Look below for the line containing "f 70 103 102"; write out that line and each one after it to the end, exactly, and nothing else.

[Collected data entries]
+++

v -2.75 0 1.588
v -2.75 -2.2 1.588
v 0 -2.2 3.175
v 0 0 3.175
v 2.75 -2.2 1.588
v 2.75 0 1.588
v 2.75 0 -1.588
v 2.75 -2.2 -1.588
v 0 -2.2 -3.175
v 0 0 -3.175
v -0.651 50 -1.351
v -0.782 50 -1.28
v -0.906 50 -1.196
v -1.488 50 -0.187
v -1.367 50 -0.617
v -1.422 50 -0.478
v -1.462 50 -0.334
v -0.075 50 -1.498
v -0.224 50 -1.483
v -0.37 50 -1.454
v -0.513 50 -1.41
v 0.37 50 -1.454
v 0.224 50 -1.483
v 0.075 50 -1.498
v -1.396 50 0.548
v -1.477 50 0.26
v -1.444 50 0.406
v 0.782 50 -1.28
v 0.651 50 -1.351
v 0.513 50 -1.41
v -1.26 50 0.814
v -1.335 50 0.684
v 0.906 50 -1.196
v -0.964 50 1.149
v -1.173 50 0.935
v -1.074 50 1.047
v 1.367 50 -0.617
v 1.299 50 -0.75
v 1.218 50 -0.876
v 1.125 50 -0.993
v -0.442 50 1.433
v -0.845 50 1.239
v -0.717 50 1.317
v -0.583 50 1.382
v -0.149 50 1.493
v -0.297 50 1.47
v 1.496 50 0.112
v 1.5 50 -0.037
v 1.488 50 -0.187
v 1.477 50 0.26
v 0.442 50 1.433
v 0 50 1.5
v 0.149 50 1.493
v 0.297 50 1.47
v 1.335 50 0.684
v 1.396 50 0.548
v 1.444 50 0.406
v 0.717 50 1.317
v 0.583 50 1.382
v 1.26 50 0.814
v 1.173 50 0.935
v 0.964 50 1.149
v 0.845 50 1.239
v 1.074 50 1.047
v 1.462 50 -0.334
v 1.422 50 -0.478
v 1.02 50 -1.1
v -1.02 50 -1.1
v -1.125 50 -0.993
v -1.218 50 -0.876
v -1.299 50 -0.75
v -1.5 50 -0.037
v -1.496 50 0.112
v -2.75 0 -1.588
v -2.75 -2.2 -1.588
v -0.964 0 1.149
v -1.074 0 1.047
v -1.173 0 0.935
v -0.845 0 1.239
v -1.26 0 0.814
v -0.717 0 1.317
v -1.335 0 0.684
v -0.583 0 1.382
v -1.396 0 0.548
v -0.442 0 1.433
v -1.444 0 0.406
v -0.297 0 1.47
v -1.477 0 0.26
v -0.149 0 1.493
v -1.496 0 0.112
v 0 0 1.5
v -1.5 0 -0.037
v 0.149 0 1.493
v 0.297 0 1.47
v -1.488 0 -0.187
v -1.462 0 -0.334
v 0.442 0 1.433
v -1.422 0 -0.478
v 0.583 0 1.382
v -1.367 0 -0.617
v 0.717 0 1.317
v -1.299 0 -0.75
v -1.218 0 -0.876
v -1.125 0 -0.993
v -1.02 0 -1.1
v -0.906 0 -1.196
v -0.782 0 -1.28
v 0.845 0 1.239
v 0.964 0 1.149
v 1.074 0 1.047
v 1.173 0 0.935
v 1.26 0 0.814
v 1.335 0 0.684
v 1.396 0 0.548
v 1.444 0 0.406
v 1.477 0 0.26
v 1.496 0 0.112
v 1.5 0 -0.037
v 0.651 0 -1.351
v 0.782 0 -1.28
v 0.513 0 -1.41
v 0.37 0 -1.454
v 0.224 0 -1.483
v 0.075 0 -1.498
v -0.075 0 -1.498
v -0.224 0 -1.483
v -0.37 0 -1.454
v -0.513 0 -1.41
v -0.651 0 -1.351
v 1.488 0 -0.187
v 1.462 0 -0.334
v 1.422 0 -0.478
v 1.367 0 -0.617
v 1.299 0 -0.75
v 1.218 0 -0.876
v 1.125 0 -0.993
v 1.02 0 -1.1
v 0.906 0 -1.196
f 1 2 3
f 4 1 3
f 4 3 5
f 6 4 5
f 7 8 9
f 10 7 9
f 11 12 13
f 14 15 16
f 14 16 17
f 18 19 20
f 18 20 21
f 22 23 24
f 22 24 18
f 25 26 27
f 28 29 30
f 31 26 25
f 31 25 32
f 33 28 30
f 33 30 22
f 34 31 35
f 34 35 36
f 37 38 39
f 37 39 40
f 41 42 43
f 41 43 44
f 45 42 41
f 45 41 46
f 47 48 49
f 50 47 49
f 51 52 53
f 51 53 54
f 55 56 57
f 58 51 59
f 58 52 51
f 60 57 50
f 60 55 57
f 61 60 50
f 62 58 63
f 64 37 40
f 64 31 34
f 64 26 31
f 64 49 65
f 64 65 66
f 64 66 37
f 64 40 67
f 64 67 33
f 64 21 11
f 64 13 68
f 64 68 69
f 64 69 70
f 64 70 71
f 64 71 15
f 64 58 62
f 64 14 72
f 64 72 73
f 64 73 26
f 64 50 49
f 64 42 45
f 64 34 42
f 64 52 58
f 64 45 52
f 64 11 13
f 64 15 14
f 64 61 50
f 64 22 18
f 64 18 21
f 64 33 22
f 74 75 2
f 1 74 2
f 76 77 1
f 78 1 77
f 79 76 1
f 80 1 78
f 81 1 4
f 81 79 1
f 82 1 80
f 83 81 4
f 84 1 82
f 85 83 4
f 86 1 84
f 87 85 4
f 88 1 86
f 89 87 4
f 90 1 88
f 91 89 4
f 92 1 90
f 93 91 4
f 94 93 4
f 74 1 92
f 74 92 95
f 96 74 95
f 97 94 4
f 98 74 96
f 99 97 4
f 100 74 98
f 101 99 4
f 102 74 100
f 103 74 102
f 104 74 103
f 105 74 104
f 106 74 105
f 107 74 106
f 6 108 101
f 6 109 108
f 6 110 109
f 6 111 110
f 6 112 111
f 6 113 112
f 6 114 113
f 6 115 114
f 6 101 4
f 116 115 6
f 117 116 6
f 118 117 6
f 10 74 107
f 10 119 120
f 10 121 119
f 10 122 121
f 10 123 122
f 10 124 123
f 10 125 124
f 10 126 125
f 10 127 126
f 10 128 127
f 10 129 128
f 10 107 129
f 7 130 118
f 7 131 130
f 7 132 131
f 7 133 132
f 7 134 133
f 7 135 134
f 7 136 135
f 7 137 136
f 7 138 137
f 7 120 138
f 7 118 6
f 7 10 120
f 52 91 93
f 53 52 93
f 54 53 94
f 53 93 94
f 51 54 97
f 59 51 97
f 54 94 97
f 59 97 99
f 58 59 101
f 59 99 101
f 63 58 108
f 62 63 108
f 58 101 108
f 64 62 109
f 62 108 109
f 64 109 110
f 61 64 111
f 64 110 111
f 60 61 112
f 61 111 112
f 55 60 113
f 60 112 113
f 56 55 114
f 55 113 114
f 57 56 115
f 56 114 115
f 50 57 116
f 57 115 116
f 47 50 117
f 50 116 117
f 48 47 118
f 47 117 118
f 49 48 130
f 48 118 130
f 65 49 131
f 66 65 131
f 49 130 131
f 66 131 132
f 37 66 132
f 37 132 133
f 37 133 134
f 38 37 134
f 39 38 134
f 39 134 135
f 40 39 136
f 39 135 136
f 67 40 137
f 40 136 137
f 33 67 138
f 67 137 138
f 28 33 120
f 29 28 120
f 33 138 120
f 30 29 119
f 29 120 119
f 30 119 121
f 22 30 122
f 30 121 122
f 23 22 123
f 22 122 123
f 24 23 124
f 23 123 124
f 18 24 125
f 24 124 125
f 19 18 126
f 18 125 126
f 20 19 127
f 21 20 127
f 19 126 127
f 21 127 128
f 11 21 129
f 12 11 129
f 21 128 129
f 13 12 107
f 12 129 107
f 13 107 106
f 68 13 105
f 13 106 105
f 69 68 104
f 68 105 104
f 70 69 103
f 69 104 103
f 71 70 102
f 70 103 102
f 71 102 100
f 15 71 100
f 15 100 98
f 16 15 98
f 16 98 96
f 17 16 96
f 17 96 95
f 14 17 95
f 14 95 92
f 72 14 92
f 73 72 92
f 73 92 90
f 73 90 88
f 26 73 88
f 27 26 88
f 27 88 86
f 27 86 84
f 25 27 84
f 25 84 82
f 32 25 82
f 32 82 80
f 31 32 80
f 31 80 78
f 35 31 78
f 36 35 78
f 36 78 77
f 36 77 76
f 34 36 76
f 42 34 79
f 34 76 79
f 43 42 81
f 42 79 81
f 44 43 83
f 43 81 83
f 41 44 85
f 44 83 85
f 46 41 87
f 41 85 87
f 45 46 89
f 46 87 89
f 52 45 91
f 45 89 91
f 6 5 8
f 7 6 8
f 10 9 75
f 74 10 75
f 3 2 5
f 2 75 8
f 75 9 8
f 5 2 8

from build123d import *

# Parameters (mm, degrees)
SKETCH_1_R      = 1.5
EXTRUDE_3_DEPTH = 50
EXTRUDE_4_DEPTH = 2.2


with BuildPart() as part:
    # 草图1 → 凸台-拉伸3 (new body)
    with BuildSketch(Plane(origin=(0, 0, 0), x_dir=(1, 0, 0), z_dir=(0, 1, 0))):
        Circle(SKETCH_1_R)
    extrude(amount=EXTRUDE_3_DEPTH)

    # 草图1<4> → 凸台-拉伸4 (add)
    with BuildSketch(Plane(origin=(0, 0, 0), x_dir=(1, 0, 0), z_dir=(0, 1, 0))):
        Polygon((-2.75, -1.58771324), (0, -3.175426481), (2.75, -1.58771324), (2.75, 1.58771324), (0, 3.175426481), (-2.75, 1.58771324), align=None)
    extrude(amount=-EXTRUDE_4_DEPTH)


solid = part.part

+++

▶ Reply
f 70 103 102
f 71 102 100
f 15 71 100
f 15 100 98
f 16 15 98
f 16 98 96
f 17 16 96
f 17 96 95
f 14 17 95
f 14 95 92
f 72 14 92
f 73 72 92
f 73 92 90
f 73 90 88
f 26 73 88
f 27 26 88
f 27 88 86
f 27 86 84
f 25 27 84
f 25 84 82
f 32 25 82
f 32 82 80
f 31 32 80
f 31 80 78
f 35 31 78
f 36 35 78
f 36 78 77
f 36 77 76
f 34 36 76
f 42 34 79
f 34 76 79
f 43 42 81
f 42 79 81
f 44 43 83
f 43 81 83
f 41 44 85
f 44 83 85
f 46 41 87
f 41 85 87
f 45 46 89
f 46 87 89
f 52 45 91
f 45 89 91
f 6 5 8
f 7 6 8
f 10 9 75
f 74 10 75
f 3 2 5
f 2 75 8
f 75 9 8
f 5 2 8

from build123d import *

# Parameters (mm, degrees)
SKETCH_1_R      = 1.5
EXTRUDE_3_DEPTH = 50
EXTRUDE_4_DEPTH = 2.2


with BuildPart() as part:
    # 草图1 → 凸台-拉伸3 (new body)
    with BuildSketch(Plane(origin=(0, 0, 0), x_dir=(1, 0, 0), z_dir=(0, 1, 0))):
        Circle(SKETCH_1_R)
    extrude(amount=EXTRUDE_3_DEPTH)

    # 草图1<4> → 凸台-拉伸4 (add)
    with BuildSketch(Plane(origin=(0, 0, 0), x_dir=(1, 0, 0), z_dir=(0, 1, 0))):
        Polygon((-2.75, -1.58771324), (0, -3.175426481), (2.75, -1.58771324), (2.75, 1.58771324), (0, 3.175426481), (-2.75, 1.58771324), align=None)
    extrude(amount=-EXTRUDE_4_DEPTH)


solid = part.part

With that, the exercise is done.